Before starting your answers this week, make sure you have read this publication at least twice and make your own research in order to understand the concepts.

1-Explain in your own words what FOMO is, wherein the cycle it occurs, and why. (crypto chart screenshot explanations needed)

2-Explain in your own words what FUD is, wherein the cycle it occurs, and why. (crypto chart screenshot explanations needed)

3- Choose two crypto-asset and through screenshots explain in which emotional phase of the cycle it is and why. Must be different phases

4- Based on the analysis done in question 3, and the principles learned in class, make the purchase of 1 cryptocurrency in the correct market cycle. The minimum amount of 5USD (mandatory), add screenshots of the operation and the validated account.

Guidelines

- Be Original!!! Refrain from copy any else posts and ideas. Be creative. The content is certainly the same, but the way of presenting it is unique.

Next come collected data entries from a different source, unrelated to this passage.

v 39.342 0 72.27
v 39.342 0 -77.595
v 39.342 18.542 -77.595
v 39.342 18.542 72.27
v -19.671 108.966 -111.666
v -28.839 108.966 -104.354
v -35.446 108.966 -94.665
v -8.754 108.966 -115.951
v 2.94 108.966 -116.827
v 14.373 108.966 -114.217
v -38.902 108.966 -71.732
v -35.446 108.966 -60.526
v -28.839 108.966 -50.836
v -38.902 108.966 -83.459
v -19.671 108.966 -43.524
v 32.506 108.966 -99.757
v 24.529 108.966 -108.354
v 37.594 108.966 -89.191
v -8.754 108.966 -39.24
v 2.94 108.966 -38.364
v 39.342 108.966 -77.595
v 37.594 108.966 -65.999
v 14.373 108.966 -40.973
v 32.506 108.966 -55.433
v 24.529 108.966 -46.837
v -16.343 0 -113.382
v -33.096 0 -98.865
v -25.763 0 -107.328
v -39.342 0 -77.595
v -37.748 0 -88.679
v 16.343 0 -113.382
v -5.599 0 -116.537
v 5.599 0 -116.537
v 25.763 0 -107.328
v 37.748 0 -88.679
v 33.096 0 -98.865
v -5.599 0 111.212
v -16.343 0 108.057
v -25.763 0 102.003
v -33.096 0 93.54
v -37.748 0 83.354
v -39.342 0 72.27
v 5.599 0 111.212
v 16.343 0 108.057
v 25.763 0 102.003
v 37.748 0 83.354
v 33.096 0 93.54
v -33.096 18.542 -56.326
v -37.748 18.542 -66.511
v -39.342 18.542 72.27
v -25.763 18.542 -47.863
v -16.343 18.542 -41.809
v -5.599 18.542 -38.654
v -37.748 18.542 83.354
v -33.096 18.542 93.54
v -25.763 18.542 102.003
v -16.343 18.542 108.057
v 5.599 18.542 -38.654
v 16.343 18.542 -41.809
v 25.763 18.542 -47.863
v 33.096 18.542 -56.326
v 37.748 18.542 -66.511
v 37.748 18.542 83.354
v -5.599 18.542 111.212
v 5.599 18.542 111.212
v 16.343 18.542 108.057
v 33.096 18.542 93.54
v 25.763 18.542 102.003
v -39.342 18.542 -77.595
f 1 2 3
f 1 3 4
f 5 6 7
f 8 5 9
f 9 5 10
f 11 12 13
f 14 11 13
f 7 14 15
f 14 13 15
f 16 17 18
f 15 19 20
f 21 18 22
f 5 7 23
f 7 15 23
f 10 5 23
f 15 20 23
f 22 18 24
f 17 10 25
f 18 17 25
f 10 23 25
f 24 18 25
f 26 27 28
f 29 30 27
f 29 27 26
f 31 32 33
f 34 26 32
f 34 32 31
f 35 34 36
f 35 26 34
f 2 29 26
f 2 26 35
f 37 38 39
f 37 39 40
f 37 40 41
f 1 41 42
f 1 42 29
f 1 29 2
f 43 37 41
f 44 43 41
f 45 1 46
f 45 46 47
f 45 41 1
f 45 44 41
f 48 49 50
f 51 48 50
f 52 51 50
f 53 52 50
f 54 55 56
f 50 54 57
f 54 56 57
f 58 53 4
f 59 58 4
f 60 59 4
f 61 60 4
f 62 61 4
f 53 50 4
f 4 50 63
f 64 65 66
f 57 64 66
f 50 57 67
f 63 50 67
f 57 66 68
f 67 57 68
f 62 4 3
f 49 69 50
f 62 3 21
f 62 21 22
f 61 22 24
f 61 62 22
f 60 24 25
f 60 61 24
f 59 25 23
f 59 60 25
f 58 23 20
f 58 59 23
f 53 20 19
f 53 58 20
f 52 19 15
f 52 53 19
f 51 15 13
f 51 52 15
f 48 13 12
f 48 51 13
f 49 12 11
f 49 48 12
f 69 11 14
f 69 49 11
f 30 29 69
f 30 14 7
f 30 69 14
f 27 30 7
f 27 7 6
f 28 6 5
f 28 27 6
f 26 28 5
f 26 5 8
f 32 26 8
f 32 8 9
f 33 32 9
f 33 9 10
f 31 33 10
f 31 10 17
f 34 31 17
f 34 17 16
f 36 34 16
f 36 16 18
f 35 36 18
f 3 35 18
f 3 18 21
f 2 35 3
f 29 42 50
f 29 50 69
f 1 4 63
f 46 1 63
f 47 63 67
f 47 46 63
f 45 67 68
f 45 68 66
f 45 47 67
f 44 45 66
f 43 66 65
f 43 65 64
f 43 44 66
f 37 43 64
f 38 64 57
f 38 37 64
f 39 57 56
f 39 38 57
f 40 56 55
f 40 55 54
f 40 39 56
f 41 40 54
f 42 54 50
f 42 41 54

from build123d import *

# Parameters (mm, degrees)
F1_DEPTH = 108.966
F2_DEPTH = 18.542


with BuildPart() as f1:
    # F0 (on Front) → F1 (new body)
    with BuildSketch(Plane.XZ):
        with BuildLine():
            ThreePointArc((-39.341677, -77.595275), (0, -116.936952), (39.341677, -77.595275))
            Line((39.341677, -77.595275), (-39.341677, -77.595275))
        make_face()
        with BuildLine():
            Line((-39.341677, -77.595275), (39.341677, -77.595275))
            ThreePointArc((39.341677, -77.595275), (0, -38.253598), (-39.341677, -77.595275))
        make_face()
    extrude(amount=-F1_DEPTH)

    # F0 (on Front) → F2 (join)
    with BuildSketch(Plane.XZ):
        with BuildLine():
            Line((39.341677, -77.595275), (39.341677, 72.270408))
            ThreePointArc((39.341677, 72.270408), (0, 32.928731), (-39.341677, 72.270408))
            Line((-39.341677, 72.270408), (-39.341677, -77.595275))
            ThreePointArc((-39.341677, -77.595275), (0, -38.253598), (39.341677, -77.595275))
        make_face()
        with BuildLine():
            ThreePointArc((-39.341677, 72.270408), (0, 32.928731), (39.341677, 72.270408))
            Line((39.341677, 72.270408), (-39.341677, 72.270408))
        make_face()
        with BuildLine():
            Line((-39.341677, 72.270408), (39.341677, 72.270408))
            ThreePointArc((39.341677, 72.270408), (0, 111.612085), (-39.341677, 72.270408))
        make_face()
    extrude(amount=-F2_DEPTH)


solid = f1.part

  • Your article should be at least 300 words.

  • Refrain from spam/plagiarism, it won't be tolerated. This task requires screenshot(s) of your own experience. Use images from copyright-free sources and showcase the source, if any.

  • This homework task will run from 00:00 July 26th to 23:59 July 31st, Time UTC. (7:59 pm hora Venezuela)

  • Users having a reputation of 55 or above, and having a minimum SP of 250(excluding any delegated-in SP) are eligible to partake in this Task. (Must not be powering it down)

-Those who include the real examples/screenshots add a watermark on it with your username.

-Please don’t leave your homework link on the comment section unless your post hasn’t been graded within 48 hours.

Feel free to join the comment section if you have any doubts about Homework Task.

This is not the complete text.